» What is expected
Whenever the string "dimension" turns up in a line of the data below, copy that line.

Segment Start: Dataset entries

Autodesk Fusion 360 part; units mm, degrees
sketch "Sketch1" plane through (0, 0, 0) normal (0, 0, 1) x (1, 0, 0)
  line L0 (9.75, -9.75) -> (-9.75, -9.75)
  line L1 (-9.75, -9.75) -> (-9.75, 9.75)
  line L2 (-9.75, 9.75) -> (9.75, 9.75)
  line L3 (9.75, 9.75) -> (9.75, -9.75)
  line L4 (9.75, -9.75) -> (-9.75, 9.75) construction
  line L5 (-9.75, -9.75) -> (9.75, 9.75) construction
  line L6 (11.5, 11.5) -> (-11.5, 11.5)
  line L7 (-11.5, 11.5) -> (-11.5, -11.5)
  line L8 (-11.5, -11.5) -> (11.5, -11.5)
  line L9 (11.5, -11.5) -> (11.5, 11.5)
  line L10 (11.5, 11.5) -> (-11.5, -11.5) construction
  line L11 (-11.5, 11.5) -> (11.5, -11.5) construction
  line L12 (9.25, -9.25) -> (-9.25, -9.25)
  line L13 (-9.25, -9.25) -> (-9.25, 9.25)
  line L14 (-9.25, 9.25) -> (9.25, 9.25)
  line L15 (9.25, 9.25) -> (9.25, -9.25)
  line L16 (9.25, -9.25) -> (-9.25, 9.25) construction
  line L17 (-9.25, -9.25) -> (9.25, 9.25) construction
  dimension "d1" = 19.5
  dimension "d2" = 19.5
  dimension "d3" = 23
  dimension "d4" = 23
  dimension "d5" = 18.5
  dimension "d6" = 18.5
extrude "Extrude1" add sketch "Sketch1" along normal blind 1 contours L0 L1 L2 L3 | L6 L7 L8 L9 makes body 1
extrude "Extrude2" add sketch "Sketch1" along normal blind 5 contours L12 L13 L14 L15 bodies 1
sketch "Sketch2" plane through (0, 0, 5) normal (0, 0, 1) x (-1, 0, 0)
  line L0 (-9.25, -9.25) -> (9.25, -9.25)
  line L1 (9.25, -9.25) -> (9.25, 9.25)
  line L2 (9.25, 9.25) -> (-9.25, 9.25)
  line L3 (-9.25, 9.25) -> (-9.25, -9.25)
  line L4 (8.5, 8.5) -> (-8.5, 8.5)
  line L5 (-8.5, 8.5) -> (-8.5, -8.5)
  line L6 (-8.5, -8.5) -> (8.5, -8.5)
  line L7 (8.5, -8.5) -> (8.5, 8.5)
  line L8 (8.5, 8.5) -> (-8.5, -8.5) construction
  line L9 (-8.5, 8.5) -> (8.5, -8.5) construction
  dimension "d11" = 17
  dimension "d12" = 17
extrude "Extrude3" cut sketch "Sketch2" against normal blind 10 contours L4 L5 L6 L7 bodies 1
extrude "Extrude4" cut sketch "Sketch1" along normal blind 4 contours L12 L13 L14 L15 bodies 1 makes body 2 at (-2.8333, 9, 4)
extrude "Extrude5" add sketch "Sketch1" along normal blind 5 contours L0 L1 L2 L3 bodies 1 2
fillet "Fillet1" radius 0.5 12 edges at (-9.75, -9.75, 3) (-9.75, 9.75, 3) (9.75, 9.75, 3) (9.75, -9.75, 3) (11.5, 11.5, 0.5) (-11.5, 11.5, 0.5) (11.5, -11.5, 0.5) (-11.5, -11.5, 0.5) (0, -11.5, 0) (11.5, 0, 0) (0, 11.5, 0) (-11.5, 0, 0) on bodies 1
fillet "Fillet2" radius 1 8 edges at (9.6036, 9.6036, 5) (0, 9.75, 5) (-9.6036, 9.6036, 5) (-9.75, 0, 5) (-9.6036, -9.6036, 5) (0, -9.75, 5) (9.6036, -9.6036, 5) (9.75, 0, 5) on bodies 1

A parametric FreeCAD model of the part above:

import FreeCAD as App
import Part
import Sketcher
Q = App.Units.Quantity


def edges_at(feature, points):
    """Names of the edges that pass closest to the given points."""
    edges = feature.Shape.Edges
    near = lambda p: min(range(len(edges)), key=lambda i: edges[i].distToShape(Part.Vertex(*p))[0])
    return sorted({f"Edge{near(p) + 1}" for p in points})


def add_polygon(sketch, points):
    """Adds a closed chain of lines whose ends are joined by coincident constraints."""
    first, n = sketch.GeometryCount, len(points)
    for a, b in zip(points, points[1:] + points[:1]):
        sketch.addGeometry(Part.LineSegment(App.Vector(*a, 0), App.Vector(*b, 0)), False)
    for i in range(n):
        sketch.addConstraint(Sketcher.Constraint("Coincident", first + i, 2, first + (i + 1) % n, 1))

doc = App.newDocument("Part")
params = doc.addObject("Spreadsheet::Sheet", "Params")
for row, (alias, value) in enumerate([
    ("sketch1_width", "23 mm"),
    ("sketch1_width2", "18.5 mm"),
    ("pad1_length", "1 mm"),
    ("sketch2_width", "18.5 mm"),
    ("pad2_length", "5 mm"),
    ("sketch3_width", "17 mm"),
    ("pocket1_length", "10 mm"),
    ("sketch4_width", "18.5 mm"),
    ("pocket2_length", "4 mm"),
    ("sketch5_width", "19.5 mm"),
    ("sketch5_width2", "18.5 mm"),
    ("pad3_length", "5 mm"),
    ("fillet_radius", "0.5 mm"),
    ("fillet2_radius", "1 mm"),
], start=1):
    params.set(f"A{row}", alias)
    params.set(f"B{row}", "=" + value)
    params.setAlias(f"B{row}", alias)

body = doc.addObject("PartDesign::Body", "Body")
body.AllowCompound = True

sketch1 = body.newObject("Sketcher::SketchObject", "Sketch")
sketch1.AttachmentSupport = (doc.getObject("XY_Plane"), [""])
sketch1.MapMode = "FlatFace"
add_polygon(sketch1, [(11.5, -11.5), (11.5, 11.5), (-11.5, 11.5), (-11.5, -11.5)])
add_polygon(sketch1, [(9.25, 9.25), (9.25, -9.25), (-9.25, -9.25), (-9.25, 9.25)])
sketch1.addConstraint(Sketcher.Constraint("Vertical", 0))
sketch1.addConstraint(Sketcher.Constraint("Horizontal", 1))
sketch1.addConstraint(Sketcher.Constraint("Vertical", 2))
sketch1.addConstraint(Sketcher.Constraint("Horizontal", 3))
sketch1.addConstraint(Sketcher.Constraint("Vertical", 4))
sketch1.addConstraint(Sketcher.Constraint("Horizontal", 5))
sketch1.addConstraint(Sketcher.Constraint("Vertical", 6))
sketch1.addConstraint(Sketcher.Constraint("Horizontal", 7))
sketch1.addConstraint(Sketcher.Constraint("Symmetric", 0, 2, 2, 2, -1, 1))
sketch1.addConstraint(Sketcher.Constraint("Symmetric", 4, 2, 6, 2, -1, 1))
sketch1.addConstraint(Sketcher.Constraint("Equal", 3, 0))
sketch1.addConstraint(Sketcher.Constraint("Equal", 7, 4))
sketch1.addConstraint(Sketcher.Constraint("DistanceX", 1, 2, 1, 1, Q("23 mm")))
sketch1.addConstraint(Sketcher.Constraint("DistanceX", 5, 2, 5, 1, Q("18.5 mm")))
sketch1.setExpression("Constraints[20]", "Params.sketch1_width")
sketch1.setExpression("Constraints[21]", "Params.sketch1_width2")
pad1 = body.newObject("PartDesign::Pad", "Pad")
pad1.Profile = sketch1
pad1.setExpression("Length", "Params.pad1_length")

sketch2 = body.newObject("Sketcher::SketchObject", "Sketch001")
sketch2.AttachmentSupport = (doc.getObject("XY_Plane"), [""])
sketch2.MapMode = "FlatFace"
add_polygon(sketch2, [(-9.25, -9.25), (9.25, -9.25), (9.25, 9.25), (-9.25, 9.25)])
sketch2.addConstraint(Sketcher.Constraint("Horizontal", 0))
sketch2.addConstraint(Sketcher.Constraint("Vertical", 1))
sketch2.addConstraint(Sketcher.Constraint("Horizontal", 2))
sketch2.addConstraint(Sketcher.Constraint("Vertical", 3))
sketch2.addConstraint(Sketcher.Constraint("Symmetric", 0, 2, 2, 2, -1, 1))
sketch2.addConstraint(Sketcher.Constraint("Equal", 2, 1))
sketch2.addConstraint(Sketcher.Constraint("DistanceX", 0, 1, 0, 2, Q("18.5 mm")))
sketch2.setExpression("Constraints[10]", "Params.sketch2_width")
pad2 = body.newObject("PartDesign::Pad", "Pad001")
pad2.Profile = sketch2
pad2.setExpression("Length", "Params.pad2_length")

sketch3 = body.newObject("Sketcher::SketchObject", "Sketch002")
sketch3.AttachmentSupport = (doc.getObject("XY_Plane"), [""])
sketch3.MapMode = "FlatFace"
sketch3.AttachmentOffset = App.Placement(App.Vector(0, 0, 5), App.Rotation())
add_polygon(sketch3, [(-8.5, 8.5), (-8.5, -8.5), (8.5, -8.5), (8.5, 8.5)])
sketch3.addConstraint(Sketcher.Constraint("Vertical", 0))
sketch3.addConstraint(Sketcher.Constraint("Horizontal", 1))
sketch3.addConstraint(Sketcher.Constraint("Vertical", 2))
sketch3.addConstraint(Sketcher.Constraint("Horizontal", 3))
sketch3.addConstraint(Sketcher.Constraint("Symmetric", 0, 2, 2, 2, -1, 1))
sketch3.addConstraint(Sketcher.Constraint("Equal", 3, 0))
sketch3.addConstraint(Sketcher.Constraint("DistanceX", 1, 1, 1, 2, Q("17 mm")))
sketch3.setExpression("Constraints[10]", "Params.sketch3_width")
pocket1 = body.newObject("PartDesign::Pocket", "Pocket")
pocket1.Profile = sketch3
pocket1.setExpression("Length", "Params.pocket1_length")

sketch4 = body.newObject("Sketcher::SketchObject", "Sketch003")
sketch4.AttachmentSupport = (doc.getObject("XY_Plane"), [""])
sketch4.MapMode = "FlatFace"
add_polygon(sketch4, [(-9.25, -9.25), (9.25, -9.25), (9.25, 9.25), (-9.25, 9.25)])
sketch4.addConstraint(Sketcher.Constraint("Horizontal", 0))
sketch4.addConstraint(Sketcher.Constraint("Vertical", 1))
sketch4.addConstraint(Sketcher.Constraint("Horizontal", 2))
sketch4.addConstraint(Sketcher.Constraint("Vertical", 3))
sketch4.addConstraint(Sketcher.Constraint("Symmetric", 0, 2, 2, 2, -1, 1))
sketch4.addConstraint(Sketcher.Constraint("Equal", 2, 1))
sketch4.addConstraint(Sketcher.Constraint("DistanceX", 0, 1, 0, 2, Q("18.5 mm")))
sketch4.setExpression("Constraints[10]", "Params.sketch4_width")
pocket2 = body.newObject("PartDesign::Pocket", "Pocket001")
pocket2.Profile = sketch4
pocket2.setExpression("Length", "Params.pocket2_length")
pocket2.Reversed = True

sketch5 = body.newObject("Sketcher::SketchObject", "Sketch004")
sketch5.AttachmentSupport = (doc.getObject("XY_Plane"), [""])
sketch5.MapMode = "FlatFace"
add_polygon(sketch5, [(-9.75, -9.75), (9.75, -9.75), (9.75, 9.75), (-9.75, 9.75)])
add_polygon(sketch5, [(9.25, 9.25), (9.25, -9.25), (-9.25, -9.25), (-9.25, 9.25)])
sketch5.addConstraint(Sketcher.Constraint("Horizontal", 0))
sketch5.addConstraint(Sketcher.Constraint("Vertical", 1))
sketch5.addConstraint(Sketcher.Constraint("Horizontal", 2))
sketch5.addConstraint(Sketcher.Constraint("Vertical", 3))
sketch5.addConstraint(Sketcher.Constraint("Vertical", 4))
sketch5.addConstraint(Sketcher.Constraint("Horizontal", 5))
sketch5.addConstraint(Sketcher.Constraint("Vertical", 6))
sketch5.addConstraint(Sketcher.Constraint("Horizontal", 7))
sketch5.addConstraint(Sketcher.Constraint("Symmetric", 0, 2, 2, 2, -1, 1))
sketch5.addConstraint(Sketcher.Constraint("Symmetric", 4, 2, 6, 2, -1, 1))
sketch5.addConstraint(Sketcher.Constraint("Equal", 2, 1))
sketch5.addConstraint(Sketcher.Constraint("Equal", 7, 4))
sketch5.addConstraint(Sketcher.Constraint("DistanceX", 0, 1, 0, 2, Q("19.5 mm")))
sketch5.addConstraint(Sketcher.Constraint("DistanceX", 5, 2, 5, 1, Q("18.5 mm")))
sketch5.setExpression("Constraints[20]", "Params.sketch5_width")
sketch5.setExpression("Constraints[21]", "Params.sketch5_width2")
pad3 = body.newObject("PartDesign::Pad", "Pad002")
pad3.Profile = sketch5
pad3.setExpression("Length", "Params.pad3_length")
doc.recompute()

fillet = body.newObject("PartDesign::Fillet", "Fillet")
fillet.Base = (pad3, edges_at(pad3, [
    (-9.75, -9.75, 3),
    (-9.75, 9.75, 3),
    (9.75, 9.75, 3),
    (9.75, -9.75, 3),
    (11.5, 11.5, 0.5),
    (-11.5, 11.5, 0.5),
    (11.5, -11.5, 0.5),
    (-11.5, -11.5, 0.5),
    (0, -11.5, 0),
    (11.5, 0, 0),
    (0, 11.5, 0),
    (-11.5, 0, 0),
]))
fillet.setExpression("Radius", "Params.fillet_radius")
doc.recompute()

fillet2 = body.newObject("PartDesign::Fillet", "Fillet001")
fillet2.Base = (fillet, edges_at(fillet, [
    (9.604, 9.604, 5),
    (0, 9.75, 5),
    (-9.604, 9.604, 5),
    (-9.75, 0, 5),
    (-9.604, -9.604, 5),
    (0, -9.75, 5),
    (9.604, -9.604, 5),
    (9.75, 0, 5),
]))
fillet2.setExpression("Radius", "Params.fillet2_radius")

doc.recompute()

Segment End: Dataset entries

» Result below
  dimension "d1" = 19.5
  dimension "d2" = 19.5
  dimension "d3" = 23
  dimension "d4" = 23
  dimension "d5" = 18.5
  dimension "d6" = 18.5
  dimension "d11" = 17
  dimension "d12" = 17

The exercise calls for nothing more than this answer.